→ **AIM OF THE EXERCISE**: Once you reach the line containing "f 210 213 188" in the data below, restate each line word for word up to and including the one containing "f 218 201 199".

→ **Excerpts from a dataset**:
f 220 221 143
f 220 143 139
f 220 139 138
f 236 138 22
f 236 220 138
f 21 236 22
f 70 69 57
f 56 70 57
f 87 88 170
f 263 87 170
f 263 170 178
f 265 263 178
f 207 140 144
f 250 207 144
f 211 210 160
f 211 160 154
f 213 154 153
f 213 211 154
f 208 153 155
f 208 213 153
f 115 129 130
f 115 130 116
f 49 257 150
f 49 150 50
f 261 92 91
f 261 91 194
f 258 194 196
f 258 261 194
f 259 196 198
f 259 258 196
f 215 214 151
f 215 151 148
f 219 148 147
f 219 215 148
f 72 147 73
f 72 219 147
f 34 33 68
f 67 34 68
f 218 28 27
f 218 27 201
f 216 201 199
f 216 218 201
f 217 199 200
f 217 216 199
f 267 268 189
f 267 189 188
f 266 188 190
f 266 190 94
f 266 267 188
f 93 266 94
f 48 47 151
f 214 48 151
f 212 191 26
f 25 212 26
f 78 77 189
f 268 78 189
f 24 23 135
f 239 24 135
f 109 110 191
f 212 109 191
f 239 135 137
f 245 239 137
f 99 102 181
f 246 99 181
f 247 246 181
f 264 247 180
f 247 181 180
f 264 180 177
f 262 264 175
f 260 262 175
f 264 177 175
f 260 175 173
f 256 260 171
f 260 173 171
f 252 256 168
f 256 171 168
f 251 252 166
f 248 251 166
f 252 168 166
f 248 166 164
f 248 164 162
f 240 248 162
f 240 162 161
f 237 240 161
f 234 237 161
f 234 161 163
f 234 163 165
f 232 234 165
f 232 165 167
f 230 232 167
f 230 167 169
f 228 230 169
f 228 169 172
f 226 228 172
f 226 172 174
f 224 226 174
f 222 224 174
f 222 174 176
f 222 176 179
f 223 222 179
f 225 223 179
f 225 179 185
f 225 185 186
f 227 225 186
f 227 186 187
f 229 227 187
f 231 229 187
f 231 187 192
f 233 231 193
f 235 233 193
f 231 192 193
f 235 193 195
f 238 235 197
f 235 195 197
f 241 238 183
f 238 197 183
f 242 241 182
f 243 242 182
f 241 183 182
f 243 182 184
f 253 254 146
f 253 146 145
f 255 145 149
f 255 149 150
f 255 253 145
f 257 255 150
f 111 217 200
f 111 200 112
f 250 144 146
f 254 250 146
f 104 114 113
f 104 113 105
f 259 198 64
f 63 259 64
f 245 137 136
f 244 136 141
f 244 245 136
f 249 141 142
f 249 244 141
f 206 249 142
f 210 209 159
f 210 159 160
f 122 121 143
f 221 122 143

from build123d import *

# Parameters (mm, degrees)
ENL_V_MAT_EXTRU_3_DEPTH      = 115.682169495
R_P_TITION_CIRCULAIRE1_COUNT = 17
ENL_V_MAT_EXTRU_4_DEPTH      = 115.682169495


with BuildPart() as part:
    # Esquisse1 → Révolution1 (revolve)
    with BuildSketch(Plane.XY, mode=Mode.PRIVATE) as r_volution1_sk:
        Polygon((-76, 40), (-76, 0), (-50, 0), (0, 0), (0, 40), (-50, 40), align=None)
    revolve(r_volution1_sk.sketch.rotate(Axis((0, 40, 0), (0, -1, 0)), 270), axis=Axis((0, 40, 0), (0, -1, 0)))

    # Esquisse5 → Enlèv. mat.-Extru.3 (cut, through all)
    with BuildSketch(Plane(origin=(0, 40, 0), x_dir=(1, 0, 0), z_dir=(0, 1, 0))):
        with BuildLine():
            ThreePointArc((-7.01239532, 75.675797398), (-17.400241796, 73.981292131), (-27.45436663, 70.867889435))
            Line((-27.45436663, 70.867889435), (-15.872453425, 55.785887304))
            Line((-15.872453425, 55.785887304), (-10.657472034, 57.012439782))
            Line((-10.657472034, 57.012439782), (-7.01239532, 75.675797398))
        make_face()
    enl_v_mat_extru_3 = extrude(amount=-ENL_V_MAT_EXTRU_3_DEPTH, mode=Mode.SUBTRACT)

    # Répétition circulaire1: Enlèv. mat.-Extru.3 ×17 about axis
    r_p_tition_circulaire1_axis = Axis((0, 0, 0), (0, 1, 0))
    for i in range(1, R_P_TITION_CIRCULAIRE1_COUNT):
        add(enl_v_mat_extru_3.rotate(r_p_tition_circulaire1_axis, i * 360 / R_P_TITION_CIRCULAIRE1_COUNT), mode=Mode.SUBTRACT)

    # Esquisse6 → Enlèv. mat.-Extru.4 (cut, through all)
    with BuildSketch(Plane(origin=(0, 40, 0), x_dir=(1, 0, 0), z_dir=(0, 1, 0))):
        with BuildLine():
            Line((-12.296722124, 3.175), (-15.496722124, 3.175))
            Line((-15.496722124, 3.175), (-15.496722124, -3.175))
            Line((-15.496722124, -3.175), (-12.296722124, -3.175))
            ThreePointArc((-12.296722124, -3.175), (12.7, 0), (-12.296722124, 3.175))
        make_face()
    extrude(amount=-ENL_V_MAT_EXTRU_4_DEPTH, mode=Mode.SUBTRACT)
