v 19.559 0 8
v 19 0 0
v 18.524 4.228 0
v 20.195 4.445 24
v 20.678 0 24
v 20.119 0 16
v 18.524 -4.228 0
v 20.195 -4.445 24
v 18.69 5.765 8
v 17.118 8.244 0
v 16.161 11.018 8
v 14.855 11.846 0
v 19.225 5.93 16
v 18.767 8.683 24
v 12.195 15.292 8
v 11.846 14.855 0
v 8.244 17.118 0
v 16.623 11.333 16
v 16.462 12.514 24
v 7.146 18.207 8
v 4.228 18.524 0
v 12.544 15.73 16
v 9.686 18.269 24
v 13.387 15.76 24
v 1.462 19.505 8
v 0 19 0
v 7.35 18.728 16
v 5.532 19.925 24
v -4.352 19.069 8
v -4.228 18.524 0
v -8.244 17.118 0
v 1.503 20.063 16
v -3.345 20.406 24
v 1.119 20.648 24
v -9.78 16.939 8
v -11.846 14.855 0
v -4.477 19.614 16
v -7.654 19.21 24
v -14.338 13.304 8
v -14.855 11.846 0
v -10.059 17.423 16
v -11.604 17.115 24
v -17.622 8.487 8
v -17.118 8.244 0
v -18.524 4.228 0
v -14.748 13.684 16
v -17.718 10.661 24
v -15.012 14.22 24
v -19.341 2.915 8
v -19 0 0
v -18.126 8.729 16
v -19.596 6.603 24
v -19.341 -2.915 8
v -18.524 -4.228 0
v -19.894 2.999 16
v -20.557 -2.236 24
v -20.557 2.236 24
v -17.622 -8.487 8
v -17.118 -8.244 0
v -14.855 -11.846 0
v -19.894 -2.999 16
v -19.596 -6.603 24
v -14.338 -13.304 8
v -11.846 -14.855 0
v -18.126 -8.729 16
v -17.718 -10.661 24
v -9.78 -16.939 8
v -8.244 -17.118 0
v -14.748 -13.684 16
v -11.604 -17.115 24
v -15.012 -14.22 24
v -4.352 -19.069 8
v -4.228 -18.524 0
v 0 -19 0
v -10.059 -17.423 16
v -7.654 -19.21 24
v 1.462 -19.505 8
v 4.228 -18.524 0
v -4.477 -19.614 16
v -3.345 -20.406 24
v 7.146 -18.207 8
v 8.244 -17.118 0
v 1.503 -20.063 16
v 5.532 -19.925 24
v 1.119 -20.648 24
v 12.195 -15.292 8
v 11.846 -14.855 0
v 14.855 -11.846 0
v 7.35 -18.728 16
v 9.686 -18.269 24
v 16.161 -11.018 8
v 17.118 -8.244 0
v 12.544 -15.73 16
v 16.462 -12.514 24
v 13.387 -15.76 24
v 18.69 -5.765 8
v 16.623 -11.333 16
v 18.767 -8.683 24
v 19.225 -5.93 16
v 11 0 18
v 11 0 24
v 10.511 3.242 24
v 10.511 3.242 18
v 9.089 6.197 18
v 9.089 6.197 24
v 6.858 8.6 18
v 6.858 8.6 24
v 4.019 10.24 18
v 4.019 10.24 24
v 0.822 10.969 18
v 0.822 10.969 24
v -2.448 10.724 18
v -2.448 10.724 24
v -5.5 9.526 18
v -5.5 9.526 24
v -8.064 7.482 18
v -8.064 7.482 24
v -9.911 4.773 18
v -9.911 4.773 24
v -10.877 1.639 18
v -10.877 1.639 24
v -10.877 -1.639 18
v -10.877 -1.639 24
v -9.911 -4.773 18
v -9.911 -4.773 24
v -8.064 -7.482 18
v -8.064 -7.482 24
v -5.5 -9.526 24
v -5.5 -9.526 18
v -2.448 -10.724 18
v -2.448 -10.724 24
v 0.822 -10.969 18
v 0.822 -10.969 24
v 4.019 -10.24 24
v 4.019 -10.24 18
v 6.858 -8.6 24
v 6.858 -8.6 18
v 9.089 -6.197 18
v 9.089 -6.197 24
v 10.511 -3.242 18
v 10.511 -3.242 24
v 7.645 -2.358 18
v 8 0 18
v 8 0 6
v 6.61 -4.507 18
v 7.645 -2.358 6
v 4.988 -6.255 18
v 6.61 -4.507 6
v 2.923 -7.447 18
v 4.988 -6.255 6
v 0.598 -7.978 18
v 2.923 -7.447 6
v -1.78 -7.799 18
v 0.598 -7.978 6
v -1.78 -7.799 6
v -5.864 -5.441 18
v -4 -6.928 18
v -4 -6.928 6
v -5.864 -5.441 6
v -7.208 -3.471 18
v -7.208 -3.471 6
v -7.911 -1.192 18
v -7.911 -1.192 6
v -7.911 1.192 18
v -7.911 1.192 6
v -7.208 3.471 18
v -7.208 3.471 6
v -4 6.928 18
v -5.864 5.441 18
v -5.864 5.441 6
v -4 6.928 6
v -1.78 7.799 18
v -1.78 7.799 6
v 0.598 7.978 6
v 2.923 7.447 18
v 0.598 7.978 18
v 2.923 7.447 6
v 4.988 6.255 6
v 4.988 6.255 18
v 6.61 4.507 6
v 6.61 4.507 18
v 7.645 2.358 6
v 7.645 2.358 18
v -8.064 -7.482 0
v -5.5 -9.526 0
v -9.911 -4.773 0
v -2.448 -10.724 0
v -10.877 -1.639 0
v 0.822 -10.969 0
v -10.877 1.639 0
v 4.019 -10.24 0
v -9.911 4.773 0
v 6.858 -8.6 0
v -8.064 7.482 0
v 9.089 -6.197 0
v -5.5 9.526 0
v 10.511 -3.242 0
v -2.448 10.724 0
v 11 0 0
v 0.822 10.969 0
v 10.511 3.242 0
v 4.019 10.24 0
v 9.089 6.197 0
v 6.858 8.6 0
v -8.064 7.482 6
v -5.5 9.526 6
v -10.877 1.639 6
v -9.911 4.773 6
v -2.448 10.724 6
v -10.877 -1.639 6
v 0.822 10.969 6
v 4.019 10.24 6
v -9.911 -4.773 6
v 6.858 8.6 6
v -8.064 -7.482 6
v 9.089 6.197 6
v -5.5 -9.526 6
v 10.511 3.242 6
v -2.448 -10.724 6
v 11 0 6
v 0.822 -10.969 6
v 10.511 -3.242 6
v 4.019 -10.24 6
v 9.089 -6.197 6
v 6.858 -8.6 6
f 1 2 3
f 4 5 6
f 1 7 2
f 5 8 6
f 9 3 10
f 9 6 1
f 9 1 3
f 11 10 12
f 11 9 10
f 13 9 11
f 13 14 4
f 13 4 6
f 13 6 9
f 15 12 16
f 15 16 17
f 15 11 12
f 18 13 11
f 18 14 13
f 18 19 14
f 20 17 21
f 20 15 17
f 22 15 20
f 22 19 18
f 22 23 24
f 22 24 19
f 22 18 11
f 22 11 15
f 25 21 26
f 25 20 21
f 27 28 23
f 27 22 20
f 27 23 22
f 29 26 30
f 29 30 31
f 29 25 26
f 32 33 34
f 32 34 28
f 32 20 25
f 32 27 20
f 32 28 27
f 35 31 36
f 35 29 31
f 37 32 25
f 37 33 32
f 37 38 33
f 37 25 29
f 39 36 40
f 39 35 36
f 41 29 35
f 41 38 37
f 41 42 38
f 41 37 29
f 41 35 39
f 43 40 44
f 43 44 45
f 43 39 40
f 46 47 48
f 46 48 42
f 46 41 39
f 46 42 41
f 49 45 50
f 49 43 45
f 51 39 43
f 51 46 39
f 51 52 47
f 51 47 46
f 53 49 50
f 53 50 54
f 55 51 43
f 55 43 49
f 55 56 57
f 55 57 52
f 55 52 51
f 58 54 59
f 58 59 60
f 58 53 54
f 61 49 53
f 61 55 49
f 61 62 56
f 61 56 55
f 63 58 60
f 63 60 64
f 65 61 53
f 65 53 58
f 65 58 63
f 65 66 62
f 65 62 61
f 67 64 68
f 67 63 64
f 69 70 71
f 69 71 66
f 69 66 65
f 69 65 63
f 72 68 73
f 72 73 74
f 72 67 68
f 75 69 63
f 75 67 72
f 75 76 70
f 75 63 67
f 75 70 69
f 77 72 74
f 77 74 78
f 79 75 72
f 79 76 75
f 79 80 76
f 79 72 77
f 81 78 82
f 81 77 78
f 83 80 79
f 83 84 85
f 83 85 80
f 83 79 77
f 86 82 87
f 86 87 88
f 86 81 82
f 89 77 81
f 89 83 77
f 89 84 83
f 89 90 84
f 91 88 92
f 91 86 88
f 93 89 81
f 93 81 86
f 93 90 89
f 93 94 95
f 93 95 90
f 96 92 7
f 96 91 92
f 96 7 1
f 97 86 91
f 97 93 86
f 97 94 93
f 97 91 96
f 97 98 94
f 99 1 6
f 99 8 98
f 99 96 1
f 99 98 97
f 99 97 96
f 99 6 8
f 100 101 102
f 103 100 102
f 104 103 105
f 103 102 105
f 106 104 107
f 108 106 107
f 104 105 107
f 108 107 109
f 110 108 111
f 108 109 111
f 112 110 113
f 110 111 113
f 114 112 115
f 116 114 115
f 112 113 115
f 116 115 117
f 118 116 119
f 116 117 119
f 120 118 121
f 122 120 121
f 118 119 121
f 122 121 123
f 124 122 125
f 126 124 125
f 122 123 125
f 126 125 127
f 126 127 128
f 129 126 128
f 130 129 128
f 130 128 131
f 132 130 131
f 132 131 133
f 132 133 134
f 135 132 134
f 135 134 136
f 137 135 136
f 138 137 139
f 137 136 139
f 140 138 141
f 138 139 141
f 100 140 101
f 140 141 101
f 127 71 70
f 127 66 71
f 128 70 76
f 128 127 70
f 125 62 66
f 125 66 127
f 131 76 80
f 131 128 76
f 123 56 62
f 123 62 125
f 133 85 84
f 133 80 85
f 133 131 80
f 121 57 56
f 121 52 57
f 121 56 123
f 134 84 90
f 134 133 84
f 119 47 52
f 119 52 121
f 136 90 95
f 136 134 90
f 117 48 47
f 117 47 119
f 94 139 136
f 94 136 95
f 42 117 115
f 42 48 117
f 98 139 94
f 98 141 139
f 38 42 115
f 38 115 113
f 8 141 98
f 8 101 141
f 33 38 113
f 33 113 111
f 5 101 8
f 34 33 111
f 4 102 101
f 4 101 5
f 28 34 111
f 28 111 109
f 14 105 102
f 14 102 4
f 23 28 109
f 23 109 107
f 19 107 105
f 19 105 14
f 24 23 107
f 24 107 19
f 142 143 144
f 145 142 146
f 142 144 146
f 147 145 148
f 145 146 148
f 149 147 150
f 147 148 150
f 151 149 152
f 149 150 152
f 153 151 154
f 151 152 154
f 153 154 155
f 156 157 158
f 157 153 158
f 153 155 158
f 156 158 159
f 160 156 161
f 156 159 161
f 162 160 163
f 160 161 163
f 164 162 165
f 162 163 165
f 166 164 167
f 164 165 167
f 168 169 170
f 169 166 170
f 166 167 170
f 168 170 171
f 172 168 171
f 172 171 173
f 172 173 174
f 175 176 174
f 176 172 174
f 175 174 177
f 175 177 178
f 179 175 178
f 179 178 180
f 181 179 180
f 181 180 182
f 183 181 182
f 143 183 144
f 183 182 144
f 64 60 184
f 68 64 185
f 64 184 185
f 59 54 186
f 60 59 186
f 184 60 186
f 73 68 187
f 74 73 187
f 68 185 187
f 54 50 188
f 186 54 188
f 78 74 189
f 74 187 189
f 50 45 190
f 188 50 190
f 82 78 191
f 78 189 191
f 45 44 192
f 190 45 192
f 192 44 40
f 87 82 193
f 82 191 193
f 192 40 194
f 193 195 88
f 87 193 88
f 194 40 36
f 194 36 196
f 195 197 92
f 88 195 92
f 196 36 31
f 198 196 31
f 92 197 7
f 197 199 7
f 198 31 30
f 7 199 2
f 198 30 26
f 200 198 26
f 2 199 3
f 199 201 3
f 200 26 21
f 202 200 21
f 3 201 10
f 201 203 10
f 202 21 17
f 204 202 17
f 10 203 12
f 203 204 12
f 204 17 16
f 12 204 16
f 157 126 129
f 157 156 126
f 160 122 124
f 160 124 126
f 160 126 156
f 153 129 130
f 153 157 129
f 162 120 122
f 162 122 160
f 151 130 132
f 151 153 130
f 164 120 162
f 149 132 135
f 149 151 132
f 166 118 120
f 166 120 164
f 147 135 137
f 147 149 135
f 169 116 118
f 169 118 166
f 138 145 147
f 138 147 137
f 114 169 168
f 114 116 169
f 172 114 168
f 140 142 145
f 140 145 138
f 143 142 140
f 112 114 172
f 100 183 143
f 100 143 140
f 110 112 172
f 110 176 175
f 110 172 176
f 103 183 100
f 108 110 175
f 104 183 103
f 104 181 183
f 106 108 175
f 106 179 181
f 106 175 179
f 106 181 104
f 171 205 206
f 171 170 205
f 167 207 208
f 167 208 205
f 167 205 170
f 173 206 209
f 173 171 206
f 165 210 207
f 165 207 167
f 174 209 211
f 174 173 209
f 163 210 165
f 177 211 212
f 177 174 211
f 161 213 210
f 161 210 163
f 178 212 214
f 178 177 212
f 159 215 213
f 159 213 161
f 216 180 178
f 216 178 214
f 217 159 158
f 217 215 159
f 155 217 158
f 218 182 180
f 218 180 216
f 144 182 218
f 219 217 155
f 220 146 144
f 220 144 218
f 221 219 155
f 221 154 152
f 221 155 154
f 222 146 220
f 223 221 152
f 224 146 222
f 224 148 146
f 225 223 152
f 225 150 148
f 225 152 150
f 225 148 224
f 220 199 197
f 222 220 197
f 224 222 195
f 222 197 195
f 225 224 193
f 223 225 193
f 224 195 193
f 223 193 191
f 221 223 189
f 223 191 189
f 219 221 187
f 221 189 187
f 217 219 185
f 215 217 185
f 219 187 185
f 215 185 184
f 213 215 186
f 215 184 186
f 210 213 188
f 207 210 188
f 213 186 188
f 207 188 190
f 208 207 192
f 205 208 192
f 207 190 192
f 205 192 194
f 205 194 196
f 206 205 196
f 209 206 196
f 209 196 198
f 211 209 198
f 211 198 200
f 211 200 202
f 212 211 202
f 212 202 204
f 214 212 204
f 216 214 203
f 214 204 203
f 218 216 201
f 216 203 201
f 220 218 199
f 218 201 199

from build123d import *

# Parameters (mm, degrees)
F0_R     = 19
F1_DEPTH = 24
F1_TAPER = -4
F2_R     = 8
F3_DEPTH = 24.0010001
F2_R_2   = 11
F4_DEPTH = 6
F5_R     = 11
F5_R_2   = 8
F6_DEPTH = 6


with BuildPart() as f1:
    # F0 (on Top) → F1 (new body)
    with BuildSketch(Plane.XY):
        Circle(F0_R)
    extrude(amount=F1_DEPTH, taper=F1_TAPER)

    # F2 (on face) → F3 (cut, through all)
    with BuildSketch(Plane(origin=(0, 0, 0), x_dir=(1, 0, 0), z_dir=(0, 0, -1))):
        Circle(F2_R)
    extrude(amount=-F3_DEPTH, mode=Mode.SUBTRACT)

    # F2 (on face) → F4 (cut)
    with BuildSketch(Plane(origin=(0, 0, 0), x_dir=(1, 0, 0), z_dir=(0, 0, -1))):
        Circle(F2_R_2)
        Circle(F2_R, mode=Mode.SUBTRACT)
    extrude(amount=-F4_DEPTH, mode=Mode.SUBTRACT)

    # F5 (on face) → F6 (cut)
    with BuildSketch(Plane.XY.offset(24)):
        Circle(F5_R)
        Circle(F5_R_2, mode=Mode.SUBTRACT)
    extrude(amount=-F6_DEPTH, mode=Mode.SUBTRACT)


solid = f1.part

→ **EXERCISE SOLUTION**:
f 210 213 188
f 207 210 188
f 213 186 188
f 207 188 190
f 208 207 192
f 205 208 192
f 207 190 192
f 205 192 194
f 205 194 196
f 206 205 196
f 209 206 196
f 209 196 198
f 211 209 198
f 211 198 200
f 211 200 202
f 212 211 202
f 212 202 204
f 214 212 204
f 216 214 203
f 214 204 203
f 218 216 201
f 216 203 201
f 220 218 199
f 218 201 199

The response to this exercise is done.